Return exactly the lines of the records below, starting at the line that contains "line L233 (-15.3604, -51.5303)" and ending at the line that contains "arc A1 (36.429, -31.2558)", with both of those lines kept.

> [Collected data entries]
^^^^^^^^^^^^^^^^

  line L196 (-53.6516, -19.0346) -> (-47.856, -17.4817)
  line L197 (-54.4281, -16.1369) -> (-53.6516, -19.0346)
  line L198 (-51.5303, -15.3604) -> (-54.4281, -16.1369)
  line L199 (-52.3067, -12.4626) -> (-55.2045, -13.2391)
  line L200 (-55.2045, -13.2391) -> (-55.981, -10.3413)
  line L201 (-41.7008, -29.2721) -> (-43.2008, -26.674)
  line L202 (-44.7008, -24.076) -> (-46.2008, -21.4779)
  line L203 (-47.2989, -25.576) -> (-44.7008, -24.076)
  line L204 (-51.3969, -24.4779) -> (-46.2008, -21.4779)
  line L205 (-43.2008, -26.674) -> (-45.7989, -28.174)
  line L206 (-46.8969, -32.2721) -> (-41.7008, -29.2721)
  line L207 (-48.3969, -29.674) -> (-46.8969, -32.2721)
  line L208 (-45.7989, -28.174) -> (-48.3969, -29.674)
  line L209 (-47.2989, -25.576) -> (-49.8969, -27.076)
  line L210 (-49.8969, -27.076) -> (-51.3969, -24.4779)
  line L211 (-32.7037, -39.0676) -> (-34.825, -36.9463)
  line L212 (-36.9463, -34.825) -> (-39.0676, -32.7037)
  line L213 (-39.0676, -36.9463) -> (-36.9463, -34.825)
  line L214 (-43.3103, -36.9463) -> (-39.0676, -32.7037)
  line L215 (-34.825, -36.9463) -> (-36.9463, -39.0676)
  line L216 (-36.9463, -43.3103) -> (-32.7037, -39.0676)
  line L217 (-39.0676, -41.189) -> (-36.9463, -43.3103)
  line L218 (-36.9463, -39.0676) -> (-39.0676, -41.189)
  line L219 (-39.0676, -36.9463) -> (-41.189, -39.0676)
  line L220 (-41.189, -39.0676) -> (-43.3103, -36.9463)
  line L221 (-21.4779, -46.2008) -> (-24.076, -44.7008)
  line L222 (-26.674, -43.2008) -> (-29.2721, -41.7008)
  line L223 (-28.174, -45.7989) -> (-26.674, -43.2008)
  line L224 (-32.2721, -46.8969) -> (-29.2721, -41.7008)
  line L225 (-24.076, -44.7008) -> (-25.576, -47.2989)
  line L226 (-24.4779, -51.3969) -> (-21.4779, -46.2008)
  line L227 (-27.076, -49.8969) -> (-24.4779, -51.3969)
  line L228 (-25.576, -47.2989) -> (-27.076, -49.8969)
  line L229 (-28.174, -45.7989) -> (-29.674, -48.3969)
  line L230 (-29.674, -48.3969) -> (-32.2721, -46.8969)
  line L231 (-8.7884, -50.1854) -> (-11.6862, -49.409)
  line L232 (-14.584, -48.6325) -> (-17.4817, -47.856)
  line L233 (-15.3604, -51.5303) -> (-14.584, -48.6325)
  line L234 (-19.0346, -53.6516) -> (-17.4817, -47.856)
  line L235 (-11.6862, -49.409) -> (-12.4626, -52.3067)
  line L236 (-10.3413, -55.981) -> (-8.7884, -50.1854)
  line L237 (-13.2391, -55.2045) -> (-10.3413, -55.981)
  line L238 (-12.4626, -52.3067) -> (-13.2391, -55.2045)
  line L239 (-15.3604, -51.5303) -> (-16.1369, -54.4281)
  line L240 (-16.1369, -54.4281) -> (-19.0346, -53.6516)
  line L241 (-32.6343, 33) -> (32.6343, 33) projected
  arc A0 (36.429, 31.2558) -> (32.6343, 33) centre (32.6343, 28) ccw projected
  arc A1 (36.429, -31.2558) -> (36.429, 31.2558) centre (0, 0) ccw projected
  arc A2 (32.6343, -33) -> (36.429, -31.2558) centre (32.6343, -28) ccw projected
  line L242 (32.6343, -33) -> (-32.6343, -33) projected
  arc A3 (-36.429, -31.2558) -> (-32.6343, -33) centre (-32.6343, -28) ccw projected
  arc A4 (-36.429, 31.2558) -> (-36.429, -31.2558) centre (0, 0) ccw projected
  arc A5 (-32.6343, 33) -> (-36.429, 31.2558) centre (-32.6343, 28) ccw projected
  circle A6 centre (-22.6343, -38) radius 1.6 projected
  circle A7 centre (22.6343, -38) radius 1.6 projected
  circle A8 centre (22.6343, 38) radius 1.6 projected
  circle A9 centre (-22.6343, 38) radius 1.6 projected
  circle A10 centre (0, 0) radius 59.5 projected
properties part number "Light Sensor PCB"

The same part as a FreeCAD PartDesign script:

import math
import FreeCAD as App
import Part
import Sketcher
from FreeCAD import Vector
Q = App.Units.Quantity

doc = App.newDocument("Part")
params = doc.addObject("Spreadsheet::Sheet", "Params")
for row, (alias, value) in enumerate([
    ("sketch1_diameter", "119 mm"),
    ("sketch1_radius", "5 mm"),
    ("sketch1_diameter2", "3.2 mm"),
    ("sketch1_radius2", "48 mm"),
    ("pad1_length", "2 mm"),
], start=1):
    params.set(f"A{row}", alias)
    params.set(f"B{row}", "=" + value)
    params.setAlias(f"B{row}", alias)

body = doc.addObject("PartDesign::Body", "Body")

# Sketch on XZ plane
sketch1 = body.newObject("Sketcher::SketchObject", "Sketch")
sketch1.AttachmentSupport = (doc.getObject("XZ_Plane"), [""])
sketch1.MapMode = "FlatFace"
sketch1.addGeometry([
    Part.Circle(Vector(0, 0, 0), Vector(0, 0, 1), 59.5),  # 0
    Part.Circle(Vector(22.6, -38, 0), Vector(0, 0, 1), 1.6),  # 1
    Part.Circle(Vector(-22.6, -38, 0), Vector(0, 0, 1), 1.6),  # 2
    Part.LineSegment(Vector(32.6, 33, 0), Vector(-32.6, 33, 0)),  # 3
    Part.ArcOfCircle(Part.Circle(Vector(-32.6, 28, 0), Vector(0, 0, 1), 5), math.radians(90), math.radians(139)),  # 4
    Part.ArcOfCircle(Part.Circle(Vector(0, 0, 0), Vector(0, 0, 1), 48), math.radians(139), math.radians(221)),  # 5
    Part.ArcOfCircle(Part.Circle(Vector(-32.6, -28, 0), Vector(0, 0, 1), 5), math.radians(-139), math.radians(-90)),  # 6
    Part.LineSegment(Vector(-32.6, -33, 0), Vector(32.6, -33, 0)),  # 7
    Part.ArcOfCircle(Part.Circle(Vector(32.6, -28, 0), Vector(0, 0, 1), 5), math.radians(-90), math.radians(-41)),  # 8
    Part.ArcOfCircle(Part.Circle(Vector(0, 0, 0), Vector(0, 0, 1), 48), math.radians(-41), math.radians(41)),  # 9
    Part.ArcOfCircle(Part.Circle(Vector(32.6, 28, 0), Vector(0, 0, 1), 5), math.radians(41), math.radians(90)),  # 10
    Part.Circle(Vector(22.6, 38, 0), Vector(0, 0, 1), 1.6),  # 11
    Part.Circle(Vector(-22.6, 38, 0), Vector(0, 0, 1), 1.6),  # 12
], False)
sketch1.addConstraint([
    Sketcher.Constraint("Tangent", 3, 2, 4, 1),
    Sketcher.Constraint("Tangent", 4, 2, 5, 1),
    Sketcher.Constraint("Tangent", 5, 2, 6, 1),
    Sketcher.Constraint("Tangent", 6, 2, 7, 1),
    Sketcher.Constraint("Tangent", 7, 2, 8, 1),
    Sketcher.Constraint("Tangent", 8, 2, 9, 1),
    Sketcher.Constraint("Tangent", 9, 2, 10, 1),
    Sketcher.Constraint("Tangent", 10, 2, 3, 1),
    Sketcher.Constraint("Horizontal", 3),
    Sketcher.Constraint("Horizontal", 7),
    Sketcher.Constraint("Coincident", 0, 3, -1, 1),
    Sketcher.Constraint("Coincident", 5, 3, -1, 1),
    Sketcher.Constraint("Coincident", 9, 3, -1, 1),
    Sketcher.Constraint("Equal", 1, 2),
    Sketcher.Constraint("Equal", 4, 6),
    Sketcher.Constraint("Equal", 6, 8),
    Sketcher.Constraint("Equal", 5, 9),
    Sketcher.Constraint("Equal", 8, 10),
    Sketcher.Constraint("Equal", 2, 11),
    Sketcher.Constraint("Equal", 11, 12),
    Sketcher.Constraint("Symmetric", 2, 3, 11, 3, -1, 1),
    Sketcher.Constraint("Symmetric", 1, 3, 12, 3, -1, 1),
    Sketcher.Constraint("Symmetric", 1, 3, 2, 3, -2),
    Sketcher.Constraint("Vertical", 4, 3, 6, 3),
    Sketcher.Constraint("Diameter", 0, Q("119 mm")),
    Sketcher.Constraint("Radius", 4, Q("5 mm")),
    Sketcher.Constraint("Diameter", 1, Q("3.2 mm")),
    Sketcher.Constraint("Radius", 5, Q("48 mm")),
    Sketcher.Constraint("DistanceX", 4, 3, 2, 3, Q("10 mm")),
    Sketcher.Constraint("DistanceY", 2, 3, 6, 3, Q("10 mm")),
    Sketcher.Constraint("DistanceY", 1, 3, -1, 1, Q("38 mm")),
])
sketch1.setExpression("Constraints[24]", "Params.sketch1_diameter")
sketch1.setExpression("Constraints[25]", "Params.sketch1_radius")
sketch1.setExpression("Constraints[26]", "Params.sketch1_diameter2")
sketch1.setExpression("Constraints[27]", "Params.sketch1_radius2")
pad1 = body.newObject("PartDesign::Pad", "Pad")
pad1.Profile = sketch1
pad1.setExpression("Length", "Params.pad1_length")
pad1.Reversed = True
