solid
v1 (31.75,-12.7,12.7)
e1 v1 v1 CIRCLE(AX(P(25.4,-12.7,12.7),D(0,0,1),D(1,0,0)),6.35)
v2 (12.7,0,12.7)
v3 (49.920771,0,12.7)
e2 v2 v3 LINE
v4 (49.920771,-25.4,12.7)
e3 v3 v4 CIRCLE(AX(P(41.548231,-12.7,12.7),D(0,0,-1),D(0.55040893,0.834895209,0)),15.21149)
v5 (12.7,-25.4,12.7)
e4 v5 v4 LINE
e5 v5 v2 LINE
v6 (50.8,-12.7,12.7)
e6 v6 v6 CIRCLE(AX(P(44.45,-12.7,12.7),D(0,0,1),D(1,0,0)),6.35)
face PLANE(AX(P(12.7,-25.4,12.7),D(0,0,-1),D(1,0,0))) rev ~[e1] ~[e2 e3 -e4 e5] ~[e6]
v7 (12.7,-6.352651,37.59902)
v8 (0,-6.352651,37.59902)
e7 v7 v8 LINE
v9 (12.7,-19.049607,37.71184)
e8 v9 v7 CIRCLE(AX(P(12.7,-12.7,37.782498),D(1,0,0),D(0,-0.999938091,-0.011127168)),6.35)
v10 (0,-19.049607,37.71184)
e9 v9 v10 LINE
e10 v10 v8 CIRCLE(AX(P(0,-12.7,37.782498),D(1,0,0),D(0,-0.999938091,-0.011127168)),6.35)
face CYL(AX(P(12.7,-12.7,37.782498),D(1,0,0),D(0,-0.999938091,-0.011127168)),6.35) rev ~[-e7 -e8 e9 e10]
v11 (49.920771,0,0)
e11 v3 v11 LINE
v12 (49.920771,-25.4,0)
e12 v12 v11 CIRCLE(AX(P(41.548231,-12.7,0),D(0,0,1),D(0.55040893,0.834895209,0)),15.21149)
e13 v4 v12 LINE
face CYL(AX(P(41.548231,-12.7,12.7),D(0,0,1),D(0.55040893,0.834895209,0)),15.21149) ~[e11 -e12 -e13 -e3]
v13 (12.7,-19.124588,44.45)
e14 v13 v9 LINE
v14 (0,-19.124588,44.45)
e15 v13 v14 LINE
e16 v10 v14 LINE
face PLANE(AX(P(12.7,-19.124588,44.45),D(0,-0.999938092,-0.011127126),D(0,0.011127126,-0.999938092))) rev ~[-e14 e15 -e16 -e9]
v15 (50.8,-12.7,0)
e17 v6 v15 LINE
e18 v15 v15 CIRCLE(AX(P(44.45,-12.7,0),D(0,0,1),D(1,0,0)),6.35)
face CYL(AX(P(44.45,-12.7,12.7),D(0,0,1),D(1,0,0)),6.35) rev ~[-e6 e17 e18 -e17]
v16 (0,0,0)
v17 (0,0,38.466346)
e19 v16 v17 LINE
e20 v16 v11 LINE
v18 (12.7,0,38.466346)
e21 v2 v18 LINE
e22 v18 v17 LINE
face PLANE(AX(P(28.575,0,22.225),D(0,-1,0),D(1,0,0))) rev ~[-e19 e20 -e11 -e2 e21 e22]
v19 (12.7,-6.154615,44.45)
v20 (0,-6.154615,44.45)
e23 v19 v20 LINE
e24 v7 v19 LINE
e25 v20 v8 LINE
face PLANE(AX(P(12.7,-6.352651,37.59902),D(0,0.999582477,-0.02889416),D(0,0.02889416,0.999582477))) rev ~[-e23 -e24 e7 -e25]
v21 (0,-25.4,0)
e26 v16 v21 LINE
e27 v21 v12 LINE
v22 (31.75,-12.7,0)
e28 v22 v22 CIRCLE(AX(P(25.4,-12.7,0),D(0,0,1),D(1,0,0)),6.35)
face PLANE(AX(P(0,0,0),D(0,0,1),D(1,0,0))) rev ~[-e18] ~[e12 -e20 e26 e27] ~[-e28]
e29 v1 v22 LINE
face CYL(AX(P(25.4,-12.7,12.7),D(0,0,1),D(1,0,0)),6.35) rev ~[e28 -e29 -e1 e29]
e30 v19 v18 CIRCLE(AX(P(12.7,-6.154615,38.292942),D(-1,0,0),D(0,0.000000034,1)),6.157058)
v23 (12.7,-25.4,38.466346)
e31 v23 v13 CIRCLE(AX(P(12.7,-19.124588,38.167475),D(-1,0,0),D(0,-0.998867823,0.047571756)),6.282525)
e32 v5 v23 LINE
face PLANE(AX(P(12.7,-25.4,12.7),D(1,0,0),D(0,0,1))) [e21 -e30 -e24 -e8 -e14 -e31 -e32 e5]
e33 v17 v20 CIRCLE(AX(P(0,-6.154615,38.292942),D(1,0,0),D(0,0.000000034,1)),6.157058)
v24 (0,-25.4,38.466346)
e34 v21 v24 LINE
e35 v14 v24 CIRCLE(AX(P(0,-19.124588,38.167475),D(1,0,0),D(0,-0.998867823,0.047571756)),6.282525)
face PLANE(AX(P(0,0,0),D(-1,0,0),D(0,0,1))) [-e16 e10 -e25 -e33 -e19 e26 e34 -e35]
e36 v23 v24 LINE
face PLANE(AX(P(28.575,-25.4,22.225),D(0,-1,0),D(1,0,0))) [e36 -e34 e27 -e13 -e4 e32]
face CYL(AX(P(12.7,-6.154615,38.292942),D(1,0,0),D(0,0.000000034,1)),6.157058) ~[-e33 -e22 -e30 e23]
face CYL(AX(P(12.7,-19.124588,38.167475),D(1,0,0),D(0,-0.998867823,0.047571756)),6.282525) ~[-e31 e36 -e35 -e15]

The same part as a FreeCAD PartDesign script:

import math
import FreeCAD as App
import Part
import Sketcher
from FreeCAD import Vector
Q = App.Units.Quantity


def add_polygon(sketch, points):
    """Adds a closed chain of lines whose ends are joined by coincident constraints."""
    first, n = sketch.GeometryCount, len(points)
    for a, b in zip(points, points[1:] + points[:1]):
        sketch.addGeometry(Part.LineSegment(App.Vector(*a, 0), App.Vector(*b, 0)), False)
    for i in range(n):
        sketch.addConstraint(Sketcher.Constraint("Coincident", first + i, 2, first + (i + 1) % n, 1))

doc = App.newDocument("Part")
params = doc.addObject("Spreadsheet::Sheet", "Params")
for row, (alias, value) in enumerate([
    ("sketch1_width", "2.25 in"),
    ("sketch1_height", "1.75 in"),
    ("pad1_length", "1 in"),
    ("sketch2_width", "1.75 in"),
    ("sketch2_height", "1.25 in"),
    ("pocket1_length", "1 in"),
    ("sketch3_radius", "0.25 in"),
    ("pocket2_length", "1 in"),
    ("pocket3_length", "1 in"),
    ("pocket4_length", "1 in"),
    ("sketch6_diameter", "0.5 in"),
    ("pocket5_length", "1 in"),
    ("sketch7_height", "1 in"),
    ("pocket6_length", "1 in"),
], start=1):
    params.set(f"A{row}", alias)
    params.set(f"B{row}", "=" + value)
    params.setAlias(f"B{row}", alias)

body = doc.addObject("PartDesign::Body", "Body")

sketch1 = body.newObject("Sketcher::SketchObject", "Sketch")
sketch1.AttachmentSupport = (doc.getObject("XZ_Plane"), [""])
sketch1.MapMode = "FlatFace"
add_polygon(sketch1, [(0, 44), (0, 0), (57, 0), (57, 44)])
sketch1.addConstraint([
    Sketcher.Constraint("Vertical", 0),
    Sketcher.Constraint("Horizontal", 1),
    Sketcher.Constraint("Vertical", 2),
    Sketcher.Constraint("Horizontal", 3),
    Sketcher.Constraint("Coincident", 0, 2, -1, 1),
    Sketcher.Constraint("DistanceX", 1, 1, 1, 2, Q("2.25 in")),
    Sketcher.Constraint("DistanceY", 0, 2, 0, 1, Q("1.75 in")),
])
sketch1.setExpression("Constraints[9]", "Params.sketch1_width")
sketch1.setExpression("Constraints[10]", "Params.sketch1_height")
pad1 = body.newObject("PartDesign::Pad", "Pad")
pad1.Profile = sketch1
pad1.setExpression("Length", "Params.pad1_length")

sketch2 = body.newObject("Sketcher::SketchObject", "Sketch001")
sketch2.AttachmentSupport = (doc.getObject("XZ_Plane"), [""])
sketch2.MapMode = "FlatFace"
sketch2.AttachmentOffset = App.Placement(Vector(0, 0, 1 * 25.4), App.Rotation())
add_polygon(sketch2, [(13, 44), (13, 13), (57, 13), (57, 44)])
sketch2.addConstraint([
    Sketcher.Constraint("Vertical", 0),
    Sketcher.Constraint("Horizontal", 1),
    Sketcher.Constraint("Vertical", 2),
    Sketcher.Constraint("Horizontal", 3),
    Sketcher.Constraint("DistanceX", 1, 1, 1, 2, Q("1.75 in")),
    Sketcher.Constraint("DistanceY", 0, 2, 0, 1, Q("1.25 in")),
    Sketcher.Constraint("DistanceX", -1, 1, 0, 2, Q("0.5 in")),
    Sketcher.Constraint("DistanceY", -1, 1, 0, 2, Q("0.5 in")),
])
sketch2.setExpression("Constraints[8]", "Params.sketch2_width")
sketch2.setExpression("Constraints[9]", "Params.sketch2_height")
pocket1 = body.newObject("PartDesign::Pocket", "Pocket")
pocket1.Profile = sketch2
pocket1.setExpression("Length", "Params.pocket1_length")

sketch3 = body.newObject("Sketcher::SketchObject", "Sketch002")
sketch3.AttachmentSupport = (doc.getObject("YZ_Plane"), [""])
sketch3.MapMode = "FlatFace"
sketch3.AttachmentOffset = App.Placement(Vector(0, 0, 0.5 * 25.4), App.Rotation())
sketch3.addGeometry([
    Part.LineSegment(Vector(-6, 38, 0), Vector(-6, 44, 0)),
    Part.LineSegment(Vector(-6, 44, 0), Vector(-19, 44, 0)),
    Part.LineSegment(Vector(-19, 44, 0), Vector(-19, 38, 0)),
    Part.ArcOfCircle(Part.Circle(Vector(-13, 38, 0), Vector(0, 0, 1), 6), math.radians(-179), math.radians(-2)),
], False)
sketch3.addConstraint([
    Sketcher.Constraint("Coincident", 0, 2, 1, 1),
    Sketcher.Constraint("Coincident", 1, 2, 2, 1),
    Sketcher.Constraint("Tangent", 2, 2, 3, 1),
    Sketcher.Constraint("Tangent", 3, 2, 0, 1),
    Sketcher.Constraint("Horizontal", 1),
    Sketcher.Constraint("Radius", 3, Q("0.25 in")),
    Sketcher.Constraint("DistanceX", 3, 3, -1, 1, Q("0.5 in")),
    Sketcher.Constraint("DistanceY", -1, 1, 0, 2, Q("1.75 in")),
    Sketcher.Constraint("DistanceY", -1, 1, 3, 3, Q("1.4874999 in")),
    Sketcher.Constraint("Distance", 0, 6.853842),
    Sketcher.Constraint("DistanceX", 1, 2, 1, 1, 12.969973),
])
sketch3.setExpression("Constraints[5]", "Params.sketch3_radius")
pocket2 = body.newObject("PartDesign::Pocket", "Pocket001")
pocket2.Profile = sketch3
pocket2.setExpression("Length", "Params.pocket2_length")

sketch4 = body.newObject("Sketcher::SketchObject", "Sketch003")
sketch4.AttachmentSupport = (doc.getObject("YZ_Plane"), [""])
sketch4.MapMode = "FlatFace"
sketch4.AttachmentOffset = App.Placement(Vector(0, 0, 0.5 * 25.4), App.Rotation())
sketch4.addGeometry([
    Part.ArcOfCircle(Part.Circle(Vector(-19.124588, 38.167475, 0), Vector(0, 0, 1), 6.282525), math.radians(89.999998), math.radians(177.27331)),
    Part.LineSegment(Vector(-19.124588, 44.45, 0), Vector(-25.4, 44.45, 0)),
    Part.LineSegment(Vector(-25.4, 44.45, 0), Vector(-25.4, 38.466346, 0)),
], False)
sketch4.addConstraint([
    Sketcher.Constraint("Tangent", 0, 1, 1, 1),
    Sketcher.Constraint("Coincident", 1, 2, 2, 1),
    Sketcher.Constraint("Coincident", 2, 2, 0, 2),
    Sketcher.Constraint("Horizontal", 1),
    Sketcher.Constraint("Vertical", 2),
    Sketcher.Constraint("DistanceX", 1, 2, -1, 1, Q("1 in")),
    Sketcher.Constraint("DistanceY", -1, 1, 0, 1, Q("1.75 in")),
    Sketcher.Constraint("Radius", 0, 6.282525),
    Sketcher.Constraint("DistanceX", 1, 2, 1, 1, 6.275412),
])
pocket3 = body.newObject("PartDesign::Pocket", "Pocket002")
pocket3.Profile = sketch4
pocket3.setExpression("Length", "Params.pocket3_length")

sketch5 = body.newObject("Sketcher::SketchObject", "Sketch004")
sketch5.AttachmentSupport = (doc.getObject("YZ_Plane"), [""])
sketch5.MapMode = "FlatFace"
sketch5.AttachmentOffset = App.Placement(Vector(0, 0, 0.5 * 25.4), App.Rotation())
sketch5.addGeometry([
    Part.ArcOfCircle(Part.Circle(Vector(-6.154615, 38.292942, 0), Vector(0, 0, 1), 6.157058), math.radians(1.613856), math.radians(89.999998)),
    Part.LineSegment(Vector(0, 38.466346, 0), Vector(0, 44.45, 0)),
    Part.LineSegment(Vector(0, 44.45, 0), Vector(-6.154615, 44.45, 0)),
], False)
sketch5.addConstraint([
    Sketcher.Constraint("Coincident", 0, 1, 1, 1),
    Sketcher.Constraint("Coincident", 1, 2, 2, 1),
    Sketcher.Constraint("Coincident", 2, 2, 0, 2),
    Sketcher.Constraint("Vertical", 1),
    Sketcher.Constraint("Horizontal", 2),
    Sketcher.Constraint("PointOnObject", 0, 1, -2),
    Sketcher.Constraint("DistanceY", -1, 1, 1, 2, Q("1.75 in")),
    Sketcher.Constraint("Radius", 0, 6.157058),
    Sketcher.Constraint("DistanceX", 2, 2, 2, 1, 6.154615),
    Sketcher.Constraint("DistanceY", 1, 1, 1, 2, 5.983654),
])
pocket4 = body.newObject("PartDesign::Pocket", "Pocket003")
pocket4.Profile = sketch5
pocket4.setExpression("Length", "Params.pocket4_length")

sketch6 = body.newObject("Sketcher::SketchObject", "Sketch005")
sketch6.AttachmentSupport = (doc.getObject("XY_Plane"), [""])
sketch6.MapMode = "FlatFace"
sketch6.AttachmentOffset = App.Placement(Vector(0, 0, 0.5 * 25.4), App.Rotation())
sketch6.addGeometry([
    Part.Circle(Vector(44, -13, 0), Vector(0, 0, 1), 6),
    Part.Circle(Vector(25, -13, 0), Vector(0, 0, 1), 6),
], False)
sketch6.addConstraint([
    Sketcher.Constraint("Equal", 0, 1),
    Sketcher.Constraint("Horizontal", 0, 3, 1, 3),
    Sketcher.Constraint("Diameter", 0, Q("0.5 in")),
    Sketcher.Constraint("DistanceX", -1, 1, 1, 3, Q("1 in")),
    Sketcher.Constraint("DistanceY", 0, 3, -1, 1, Q("0.5 in")),
    Sketcher.Constraint("DistanceX", -1, 1, 0, 3, Q("1.75 in")),
])
sketch6.setExpression("Constraints[2]", "Params.sketch6_diameter")
pocket5 = body.newObject("PartDesign::Pocket", "Pocket004")
pocket5.Profile = sketch6
pocket5.setExpression("Length", "Params.pocket5_length")

sketch7 = body.newObject("Sketcher::SketchObject", "Sketch006")
sketch7.AttachmentSupport = (doc.getObject("XY_Plane"), [""])
sketch7.MapMode = "FlatFace"
sketch7.AttachmentOffset = App.Placement(Vector(0, 0, 0.5 * 25.4), App.Rotation())
sketch7.addGeometry([
    Part.ArcOfCircle(Part.Circle(Vector(42, -13, 0), Vector(0, 0, 1), 15), math.radians(-57), math.radians(57)),
    Part.LineSegment(Vector(50, -25, 0), Vector(57, -25, 0)),
    Part.LineSegment(Vector(57, -25, 0), Vector(57, 0, 0)),
    Part.LineSegment(Vector(57, 0, 0), Vector(50, 0, 0)),
], False)
sketch7.addConstraint([
    Sketcher.Constraint("Coincident", 0, 1, 1, 1),
    Sketcher.Constraint("Coincident", 1, 2, 2, 1),
    Sketcher.Constraint("Coincident", 2, 2, 3, 1),
    Sketcher.Constraint("Coincident", 3, 2, 0, 2),
    Sketcher.Constraint("Horizontal", 1),
    Sketcher.Constraint("Vertical", 2),
    Sketcher.Constraint("Horizontal", 3),
    Sketcher.Constraint("PointOnObject", 2, 2, -1),
    Sketcher.Constraint("Vertical", 0, 1, 3, 2),
    Sketcher.Constraint("DistanceY", 2, 1, 2, 2, Q("1 in")),
    Sketcher.Constraint("DistanceX", -1, 1, 1, 2, Q("2.25 in")),
    Sketcher.Constraint("Radius", 0, 15.21149),
    Sketcher.Constraint("DistanceX", 1, 1, 1, 2, 7.229229),
])
sketch7.setExpression("Constraints[9]", "Params.sketch7_height")
pocket6 = body.newObject("PartDesign::Pocket", "Pocket005")
pocket6.Profile = sketch7
pocket6.setExpression("Length", "Params.pocket6_length")

doc.recompute()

^^^^^^^^^^^^^^^^

> [Answer to this task]
  line L233 (-15.3604, -51.5303) -> (-14.584, -48.6325)
  line L234 (-19.0346, -53.6516) -> (-17.4817, -47.856)
  line L235 (-11.6862, -49.409) -> (-12.4626, -52.3067)
  line L236 (-10.3413, -55.981) -> (-8.7884, -50.1854)
  line L237 (-13.2391, -55.2045) -> (-10.3413, -55.981)
  line L238 (-12.4626, -52.3067) -> (-13.2391, -55.2045)
  line L239 (-15.3604, -51.5303) -> (-16.1369, -54.4281)
  line L240 (-16.1369, -54.4281) -> (-19.0346, -53.6516)
  line L241 (-32.6343, 33) -> (32.6343, 33) projected
  arc A0 (36.429, 31.2558) -> (32.6343, 33) centre (32.6343, 28) ccw projected
  arc A1 (36.429, -31.2558) -> (36.429, 31.2558) centre (0, 0) ccw projected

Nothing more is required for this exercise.